Mercado de crédito privado tem recuperação; entenda crises e perspectivas

Para compreender os riscos e o que esperar do crédito privado no país, o BP Money ouviu três especialistas do mercado

O mercado de crédito privado está mostrando sinais de alívio após enfrentar um período de estresse causado pelos episódios envolvendo as empresas Americanas (AMER3) e Light (LGT3). Uma vez que, situações como esta, resultaram na paralisação das emissões de títulos de dívida pelas empresas e levaram ao aumento das taxas médias (spreads) pagas na negociação desses papéis, a fim de atrair investidores para comprá-los. 

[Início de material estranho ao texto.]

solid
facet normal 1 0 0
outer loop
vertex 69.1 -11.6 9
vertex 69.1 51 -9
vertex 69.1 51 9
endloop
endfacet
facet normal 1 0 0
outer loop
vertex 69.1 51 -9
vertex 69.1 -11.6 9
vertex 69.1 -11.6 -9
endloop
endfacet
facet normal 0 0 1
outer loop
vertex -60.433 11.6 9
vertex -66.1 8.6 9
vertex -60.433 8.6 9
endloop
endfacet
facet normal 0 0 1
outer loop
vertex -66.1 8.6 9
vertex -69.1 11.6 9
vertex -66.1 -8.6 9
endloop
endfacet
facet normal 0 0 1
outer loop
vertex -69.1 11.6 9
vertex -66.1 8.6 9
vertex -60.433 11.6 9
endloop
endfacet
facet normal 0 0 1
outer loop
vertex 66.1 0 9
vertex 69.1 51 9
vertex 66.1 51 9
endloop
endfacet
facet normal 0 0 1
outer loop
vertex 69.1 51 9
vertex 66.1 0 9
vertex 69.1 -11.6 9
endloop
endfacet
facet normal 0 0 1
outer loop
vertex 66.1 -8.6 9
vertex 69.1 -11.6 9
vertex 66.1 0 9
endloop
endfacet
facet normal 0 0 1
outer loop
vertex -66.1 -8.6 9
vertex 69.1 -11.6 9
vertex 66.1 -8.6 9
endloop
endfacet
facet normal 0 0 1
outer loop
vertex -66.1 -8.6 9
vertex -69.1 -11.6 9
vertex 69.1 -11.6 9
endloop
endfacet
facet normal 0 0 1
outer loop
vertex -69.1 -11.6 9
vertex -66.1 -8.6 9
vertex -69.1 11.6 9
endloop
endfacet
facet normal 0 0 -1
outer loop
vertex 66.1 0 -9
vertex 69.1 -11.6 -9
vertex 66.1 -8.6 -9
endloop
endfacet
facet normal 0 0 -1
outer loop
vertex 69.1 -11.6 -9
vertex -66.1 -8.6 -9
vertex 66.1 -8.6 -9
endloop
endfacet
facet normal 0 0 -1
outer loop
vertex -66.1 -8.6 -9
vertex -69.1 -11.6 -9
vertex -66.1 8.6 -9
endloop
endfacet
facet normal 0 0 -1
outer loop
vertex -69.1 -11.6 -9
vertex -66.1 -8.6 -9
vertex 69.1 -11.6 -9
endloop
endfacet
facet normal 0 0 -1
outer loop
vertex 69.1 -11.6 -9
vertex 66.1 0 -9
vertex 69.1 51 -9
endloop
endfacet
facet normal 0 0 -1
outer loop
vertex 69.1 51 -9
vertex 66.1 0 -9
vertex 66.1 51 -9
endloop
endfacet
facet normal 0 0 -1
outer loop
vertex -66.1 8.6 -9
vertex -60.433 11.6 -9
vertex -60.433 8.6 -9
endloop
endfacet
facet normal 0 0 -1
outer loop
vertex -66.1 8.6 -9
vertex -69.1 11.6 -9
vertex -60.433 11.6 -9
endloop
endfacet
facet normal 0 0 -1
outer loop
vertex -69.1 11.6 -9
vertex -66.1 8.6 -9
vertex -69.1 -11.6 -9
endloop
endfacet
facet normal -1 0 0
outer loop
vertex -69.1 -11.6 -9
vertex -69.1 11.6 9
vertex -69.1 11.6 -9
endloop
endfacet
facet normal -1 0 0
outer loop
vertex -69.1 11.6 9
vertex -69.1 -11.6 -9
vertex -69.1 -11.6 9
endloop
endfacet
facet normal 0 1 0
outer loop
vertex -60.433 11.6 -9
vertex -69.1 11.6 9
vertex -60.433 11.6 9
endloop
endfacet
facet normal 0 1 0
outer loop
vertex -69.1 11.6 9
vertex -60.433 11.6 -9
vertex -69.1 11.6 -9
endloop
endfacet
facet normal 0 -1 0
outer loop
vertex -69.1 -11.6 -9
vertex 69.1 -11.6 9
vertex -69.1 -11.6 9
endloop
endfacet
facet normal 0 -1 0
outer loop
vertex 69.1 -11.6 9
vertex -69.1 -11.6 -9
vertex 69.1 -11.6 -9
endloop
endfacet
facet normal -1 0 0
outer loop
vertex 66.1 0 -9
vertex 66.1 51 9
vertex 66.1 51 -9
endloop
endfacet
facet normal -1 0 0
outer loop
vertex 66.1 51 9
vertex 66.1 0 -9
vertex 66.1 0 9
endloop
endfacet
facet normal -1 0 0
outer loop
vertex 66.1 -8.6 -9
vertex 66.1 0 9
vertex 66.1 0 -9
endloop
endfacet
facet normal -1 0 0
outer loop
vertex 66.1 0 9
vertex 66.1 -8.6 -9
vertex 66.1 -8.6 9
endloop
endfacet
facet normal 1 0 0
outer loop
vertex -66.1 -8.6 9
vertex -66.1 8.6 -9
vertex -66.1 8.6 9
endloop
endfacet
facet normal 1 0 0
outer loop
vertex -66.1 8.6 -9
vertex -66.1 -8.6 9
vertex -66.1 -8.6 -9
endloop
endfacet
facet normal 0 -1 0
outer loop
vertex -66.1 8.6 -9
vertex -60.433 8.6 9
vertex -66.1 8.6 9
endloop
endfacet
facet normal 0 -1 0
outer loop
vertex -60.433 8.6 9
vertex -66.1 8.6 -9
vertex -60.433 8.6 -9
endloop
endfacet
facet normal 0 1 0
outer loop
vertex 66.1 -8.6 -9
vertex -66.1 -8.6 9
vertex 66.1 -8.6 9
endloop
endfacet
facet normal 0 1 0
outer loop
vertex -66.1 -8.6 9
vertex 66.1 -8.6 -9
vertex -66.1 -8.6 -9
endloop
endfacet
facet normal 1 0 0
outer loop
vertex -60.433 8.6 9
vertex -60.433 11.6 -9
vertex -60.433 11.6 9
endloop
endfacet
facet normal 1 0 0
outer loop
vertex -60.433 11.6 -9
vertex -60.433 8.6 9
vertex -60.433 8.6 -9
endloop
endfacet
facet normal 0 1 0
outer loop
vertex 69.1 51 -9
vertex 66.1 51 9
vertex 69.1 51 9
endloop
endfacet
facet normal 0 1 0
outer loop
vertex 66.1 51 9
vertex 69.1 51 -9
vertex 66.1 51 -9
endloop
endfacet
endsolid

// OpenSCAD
length = 132;
height = 17;
thickness =3;
wide = 18;

difference() {
  cube([length+thickness*2+0.2, height+thickness*2+0.2, wide], center=true);
  
  cube([length+0.2, height+0.2, wide*thickness*2], center=true);
  translate([height/6, thickness*2, 0])
  cube([length+0.2-height/3, height, wide*thickness*2], center=true);
}

translate([(length+thickness+0.2)/2, (3*height)/2, 0])
cube([thickness, 3*height, wide], center=true);
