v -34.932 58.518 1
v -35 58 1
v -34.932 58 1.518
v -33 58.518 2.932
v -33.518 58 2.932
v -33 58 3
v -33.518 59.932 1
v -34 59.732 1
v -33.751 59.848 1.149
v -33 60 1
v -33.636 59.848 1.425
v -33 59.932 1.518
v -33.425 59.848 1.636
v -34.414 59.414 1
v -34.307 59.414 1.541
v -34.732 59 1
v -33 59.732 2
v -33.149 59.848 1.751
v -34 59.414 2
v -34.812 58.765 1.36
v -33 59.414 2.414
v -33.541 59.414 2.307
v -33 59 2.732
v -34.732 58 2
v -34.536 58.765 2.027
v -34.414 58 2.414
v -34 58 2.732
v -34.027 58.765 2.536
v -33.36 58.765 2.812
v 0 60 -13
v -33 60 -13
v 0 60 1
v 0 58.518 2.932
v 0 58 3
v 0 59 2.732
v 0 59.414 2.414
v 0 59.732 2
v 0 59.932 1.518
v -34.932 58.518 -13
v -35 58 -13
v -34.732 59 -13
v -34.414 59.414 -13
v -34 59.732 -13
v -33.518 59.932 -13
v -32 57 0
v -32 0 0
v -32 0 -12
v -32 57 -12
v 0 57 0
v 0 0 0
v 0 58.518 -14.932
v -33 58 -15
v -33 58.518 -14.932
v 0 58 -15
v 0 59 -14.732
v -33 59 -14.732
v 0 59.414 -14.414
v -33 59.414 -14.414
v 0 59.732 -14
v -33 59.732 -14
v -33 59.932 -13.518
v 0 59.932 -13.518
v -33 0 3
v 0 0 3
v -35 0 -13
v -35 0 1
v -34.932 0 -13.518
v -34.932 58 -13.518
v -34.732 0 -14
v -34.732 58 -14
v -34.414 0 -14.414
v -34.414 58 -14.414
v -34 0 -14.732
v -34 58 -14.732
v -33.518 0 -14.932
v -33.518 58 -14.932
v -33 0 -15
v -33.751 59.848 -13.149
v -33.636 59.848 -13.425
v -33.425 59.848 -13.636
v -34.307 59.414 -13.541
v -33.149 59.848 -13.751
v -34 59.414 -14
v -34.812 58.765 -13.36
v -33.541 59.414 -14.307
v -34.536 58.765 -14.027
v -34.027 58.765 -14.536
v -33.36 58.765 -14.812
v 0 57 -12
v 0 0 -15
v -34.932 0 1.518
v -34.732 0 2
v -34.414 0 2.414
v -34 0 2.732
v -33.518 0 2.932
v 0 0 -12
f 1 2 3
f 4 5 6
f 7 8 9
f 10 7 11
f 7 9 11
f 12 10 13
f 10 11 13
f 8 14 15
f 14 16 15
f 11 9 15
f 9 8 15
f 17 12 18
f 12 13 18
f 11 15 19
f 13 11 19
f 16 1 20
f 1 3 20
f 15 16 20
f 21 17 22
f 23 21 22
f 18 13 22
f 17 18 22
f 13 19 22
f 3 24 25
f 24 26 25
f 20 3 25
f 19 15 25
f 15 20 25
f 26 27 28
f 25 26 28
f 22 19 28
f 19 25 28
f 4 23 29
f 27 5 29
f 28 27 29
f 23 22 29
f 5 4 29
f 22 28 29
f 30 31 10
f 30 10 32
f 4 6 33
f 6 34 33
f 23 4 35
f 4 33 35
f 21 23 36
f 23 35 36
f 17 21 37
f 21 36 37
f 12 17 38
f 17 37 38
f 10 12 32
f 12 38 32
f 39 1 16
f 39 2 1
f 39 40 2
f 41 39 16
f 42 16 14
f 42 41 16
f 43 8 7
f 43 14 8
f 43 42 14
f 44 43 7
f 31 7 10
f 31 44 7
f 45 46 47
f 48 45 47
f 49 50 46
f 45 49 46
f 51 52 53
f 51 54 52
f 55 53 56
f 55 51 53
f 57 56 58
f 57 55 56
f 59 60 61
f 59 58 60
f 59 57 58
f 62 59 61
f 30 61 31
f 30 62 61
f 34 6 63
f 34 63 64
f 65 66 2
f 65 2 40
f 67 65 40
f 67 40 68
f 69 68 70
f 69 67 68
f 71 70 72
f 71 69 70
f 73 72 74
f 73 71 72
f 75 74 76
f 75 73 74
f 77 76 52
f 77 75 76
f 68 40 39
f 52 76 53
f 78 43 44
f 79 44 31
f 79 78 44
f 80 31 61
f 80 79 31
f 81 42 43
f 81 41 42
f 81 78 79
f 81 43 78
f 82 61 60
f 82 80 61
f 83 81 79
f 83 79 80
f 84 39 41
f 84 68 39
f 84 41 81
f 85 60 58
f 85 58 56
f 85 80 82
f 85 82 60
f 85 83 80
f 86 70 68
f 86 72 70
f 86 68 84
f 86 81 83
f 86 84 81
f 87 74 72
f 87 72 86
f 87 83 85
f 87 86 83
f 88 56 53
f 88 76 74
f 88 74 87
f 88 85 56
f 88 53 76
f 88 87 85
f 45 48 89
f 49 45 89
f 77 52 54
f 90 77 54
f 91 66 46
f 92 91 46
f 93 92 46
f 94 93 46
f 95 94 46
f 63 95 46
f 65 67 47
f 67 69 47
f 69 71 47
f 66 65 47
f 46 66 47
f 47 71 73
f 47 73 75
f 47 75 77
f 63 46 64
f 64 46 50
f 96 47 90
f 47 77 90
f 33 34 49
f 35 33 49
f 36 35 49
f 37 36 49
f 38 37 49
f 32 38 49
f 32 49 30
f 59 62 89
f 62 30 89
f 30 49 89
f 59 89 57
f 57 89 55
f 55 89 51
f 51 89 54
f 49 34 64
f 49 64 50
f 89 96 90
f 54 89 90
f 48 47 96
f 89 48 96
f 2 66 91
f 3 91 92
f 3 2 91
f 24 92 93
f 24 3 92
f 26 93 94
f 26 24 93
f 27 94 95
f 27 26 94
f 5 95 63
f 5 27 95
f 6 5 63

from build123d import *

# Parameters (mm, degrees)
BOSS_EXTRUDE1_DEPTH = 57
SKETCH2_W           = 35
SKETCH2_H           = 18
BOSS_EXTRUDE2_DEPTH = 3
FILLET1_R           = 2


with BuildPart() as part:
    # Sketch1 → Boss-Extrude1 (new body)
    with BuildSketch(Plane(origin=(0, 0, 0), x_dir=(1, 0, 0), z_dir=(0, 1, 0))):
        Polygon((0, 0), (-32, 0), (-32, 12), (0, 12), (0, 15), (-35, 15), (-35, -3), (0, -3), align=None)
    extrude(amount=BOSS_EXTRUDE1_DEPTH)

    # Sketch2 → Boss-Extrude2 (add)
    with BuildSketch(Plane(origin=(0, 57, 0), x_dir=(1, 0, 0), z_dir=(0, 1, 0))):
        with Locations((-17.5, 6)):
            Rectangle(SKETCH2_W, SKETCH2_H)
    extrude(amount=BOSS_EXTRUDE2_DEPTH)

    # Fillet1
    fillet1_edges = [part.edges().sort_by_distance(p)[0] for p in [
        (-35, 30, 3),
        (-35, 30, -15),
        (-35, 60, -6),
        (-17.5, 60, 3),
        (-17.5, 60, -15),
    ]]
    fillet(fillet1_edges, radius=FILLET1_R)


solid = part.part
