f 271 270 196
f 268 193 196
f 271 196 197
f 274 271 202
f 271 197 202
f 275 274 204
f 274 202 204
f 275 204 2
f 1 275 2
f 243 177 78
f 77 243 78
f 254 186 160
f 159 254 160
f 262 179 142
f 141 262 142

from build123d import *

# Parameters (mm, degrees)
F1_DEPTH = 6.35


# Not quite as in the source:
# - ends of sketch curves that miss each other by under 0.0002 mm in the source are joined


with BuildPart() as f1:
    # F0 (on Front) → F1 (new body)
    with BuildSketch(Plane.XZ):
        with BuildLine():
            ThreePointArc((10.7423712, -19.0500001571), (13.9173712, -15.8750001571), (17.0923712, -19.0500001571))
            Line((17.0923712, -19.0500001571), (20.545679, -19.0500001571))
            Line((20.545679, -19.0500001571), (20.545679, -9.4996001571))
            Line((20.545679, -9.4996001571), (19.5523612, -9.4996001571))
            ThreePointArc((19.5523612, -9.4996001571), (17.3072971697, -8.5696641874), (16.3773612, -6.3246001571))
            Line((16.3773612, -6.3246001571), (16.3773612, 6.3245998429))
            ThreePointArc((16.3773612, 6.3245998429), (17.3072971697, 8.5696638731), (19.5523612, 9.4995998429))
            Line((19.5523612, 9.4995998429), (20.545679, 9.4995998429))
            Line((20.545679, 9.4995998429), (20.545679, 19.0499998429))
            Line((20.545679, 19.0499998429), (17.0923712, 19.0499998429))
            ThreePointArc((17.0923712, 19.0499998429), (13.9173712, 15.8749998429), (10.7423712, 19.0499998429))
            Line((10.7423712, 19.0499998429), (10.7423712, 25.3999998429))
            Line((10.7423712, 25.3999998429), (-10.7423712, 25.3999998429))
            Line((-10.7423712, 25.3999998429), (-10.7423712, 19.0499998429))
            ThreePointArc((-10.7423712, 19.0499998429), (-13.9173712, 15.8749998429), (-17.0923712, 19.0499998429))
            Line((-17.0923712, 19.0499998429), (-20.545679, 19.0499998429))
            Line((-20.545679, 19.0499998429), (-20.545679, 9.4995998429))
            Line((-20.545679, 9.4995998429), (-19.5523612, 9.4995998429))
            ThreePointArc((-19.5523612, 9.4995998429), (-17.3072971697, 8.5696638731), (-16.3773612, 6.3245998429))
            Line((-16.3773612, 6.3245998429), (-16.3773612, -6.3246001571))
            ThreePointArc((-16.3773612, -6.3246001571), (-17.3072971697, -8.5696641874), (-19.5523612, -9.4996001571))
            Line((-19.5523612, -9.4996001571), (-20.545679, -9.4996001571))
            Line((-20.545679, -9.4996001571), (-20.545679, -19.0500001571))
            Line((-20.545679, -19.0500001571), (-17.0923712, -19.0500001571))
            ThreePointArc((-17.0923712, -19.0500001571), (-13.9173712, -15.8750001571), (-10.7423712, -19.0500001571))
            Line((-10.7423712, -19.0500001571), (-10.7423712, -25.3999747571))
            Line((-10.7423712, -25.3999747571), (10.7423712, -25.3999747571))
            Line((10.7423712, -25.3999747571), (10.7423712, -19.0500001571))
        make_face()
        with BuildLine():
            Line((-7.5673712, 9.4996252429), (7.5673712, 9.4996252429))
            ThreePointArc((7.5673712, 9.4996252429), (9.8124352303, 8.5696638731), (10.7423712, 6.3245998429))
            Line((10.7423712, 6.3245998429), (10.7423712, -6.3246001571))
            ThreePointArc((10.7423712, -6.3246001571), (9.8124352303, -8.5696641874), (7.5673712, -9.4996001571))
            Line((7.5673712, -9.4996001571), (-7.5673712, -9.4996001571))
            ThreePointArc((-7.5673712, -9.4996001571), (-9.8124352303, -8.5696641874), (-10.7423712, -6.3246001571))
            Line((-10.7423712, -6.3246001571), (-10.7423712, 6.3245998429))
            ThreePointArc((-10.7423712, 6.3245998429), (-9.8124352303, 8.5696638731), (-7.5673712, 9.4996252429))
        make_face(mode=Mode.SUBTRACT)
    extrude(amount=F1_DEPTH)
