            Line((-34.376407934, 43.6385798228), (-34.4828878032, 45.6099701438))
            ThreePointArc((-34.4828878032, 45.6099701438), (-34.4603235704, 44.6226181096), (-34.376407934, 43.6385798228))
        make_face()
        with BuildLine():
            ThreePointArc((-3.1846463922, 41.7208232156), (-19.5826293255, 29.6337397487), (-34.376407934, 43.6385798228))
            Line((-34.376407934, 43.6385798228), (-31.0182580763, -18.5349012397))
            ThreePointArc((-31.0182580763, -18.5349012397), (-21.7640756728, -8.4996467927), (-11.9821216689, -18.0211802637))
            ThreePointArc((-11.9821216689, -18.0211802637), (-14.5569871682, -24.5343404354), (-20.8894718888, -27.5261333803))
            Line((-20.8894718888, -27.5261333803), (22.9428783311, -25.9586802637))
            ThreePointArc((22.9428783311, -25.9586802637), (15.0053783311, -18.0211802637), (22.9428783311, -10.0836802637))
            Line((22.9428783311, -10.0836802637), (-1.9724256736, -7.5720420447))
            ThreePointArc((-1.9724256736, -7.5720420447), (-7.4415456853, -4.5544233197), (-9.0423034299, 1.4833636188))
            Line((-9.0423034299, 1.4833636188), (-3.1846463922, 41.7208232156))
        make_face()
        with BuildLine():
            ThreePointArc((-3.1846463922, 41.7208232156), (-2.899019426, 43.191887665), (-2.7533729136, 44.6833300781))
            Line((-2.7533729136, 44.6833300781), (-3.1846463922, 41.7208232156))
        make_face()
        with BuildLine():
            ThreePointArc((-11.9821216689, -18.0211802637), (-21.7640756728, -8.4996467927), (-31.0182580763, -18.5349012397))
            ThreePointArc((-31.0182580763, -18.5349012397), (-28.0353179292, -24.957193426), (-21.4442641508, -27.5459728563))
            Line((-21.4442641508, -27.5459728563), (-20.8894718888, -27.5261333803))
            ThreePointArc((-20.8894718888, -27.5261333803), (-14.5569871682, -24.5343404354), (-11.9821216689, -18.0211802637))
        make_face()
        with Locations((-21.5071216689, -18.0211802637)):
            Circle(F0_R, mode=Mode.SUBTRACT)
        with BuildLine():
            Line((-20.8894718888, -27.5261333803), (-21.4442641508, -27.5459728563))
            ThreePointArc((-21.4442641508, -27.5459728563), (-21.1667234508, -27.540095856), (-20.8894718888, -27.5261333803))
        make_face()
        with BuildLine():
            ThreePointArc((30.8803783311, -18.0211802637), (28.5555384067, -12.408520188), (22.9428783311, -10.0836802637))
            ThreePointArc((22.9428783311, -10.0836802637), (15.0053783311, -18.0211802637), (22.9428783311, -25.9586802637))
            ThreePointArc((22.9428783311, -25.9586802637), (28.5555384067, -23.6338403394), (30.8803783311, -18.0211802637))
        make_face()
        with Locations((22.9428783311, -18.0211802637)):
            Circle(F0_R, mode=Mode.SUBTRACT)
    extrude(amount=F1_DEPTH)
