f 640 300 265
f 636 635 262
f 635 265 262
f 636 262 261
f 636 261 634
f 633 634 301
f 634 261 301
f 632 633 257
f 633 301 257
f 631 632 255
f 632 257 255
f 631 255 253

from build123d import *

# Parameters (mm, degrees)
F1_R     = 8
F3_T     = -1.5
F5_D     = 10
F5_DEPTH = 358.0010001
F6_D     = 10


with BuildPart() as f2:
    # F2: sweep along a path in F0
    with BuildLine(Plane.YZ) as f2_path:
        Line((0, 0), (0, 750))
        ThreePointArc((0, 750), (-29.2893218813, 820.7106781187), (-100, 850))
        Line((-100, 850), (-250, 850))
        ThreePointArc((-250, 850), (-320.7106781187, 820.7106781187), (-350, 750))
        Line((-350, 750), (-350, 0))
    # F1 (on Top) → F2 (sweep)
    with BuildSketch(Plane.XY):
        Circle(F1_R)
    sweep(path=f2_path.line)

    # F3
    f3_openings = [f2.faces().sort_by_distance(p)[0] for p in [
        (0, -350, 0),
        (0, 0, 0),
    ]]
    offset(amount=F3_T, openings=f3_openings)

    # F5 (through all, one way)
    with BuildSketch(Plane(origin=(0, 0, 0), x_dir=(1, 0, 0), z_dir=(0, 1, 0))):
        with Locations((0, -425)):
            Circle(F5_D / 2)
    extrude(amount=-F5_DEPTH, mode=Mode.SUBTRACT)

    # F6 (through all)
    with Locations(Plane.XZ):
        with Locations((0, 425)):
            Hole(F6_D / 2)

Levando em consideração que no início do ano vimos grandes empresas, como Americanas e Light, entrando em recuperação judicial e mexendo com o mercado. Podemos acreditar que existe um risco do mercado enfrentar mais situações como essa, especialmente num momento em que as instituições financeiras, exatamente em função dessas experiências ruins, estão restringindo o acesso ao crédito, iniciou o líder de Capital Markers, Ricardo Julio Rodil. 

“E esta medida não atinge somente o setor de varejo, como Americanas ou energia, como a Light, mas se espalhou pela economia como um todo”, destaca Rodil.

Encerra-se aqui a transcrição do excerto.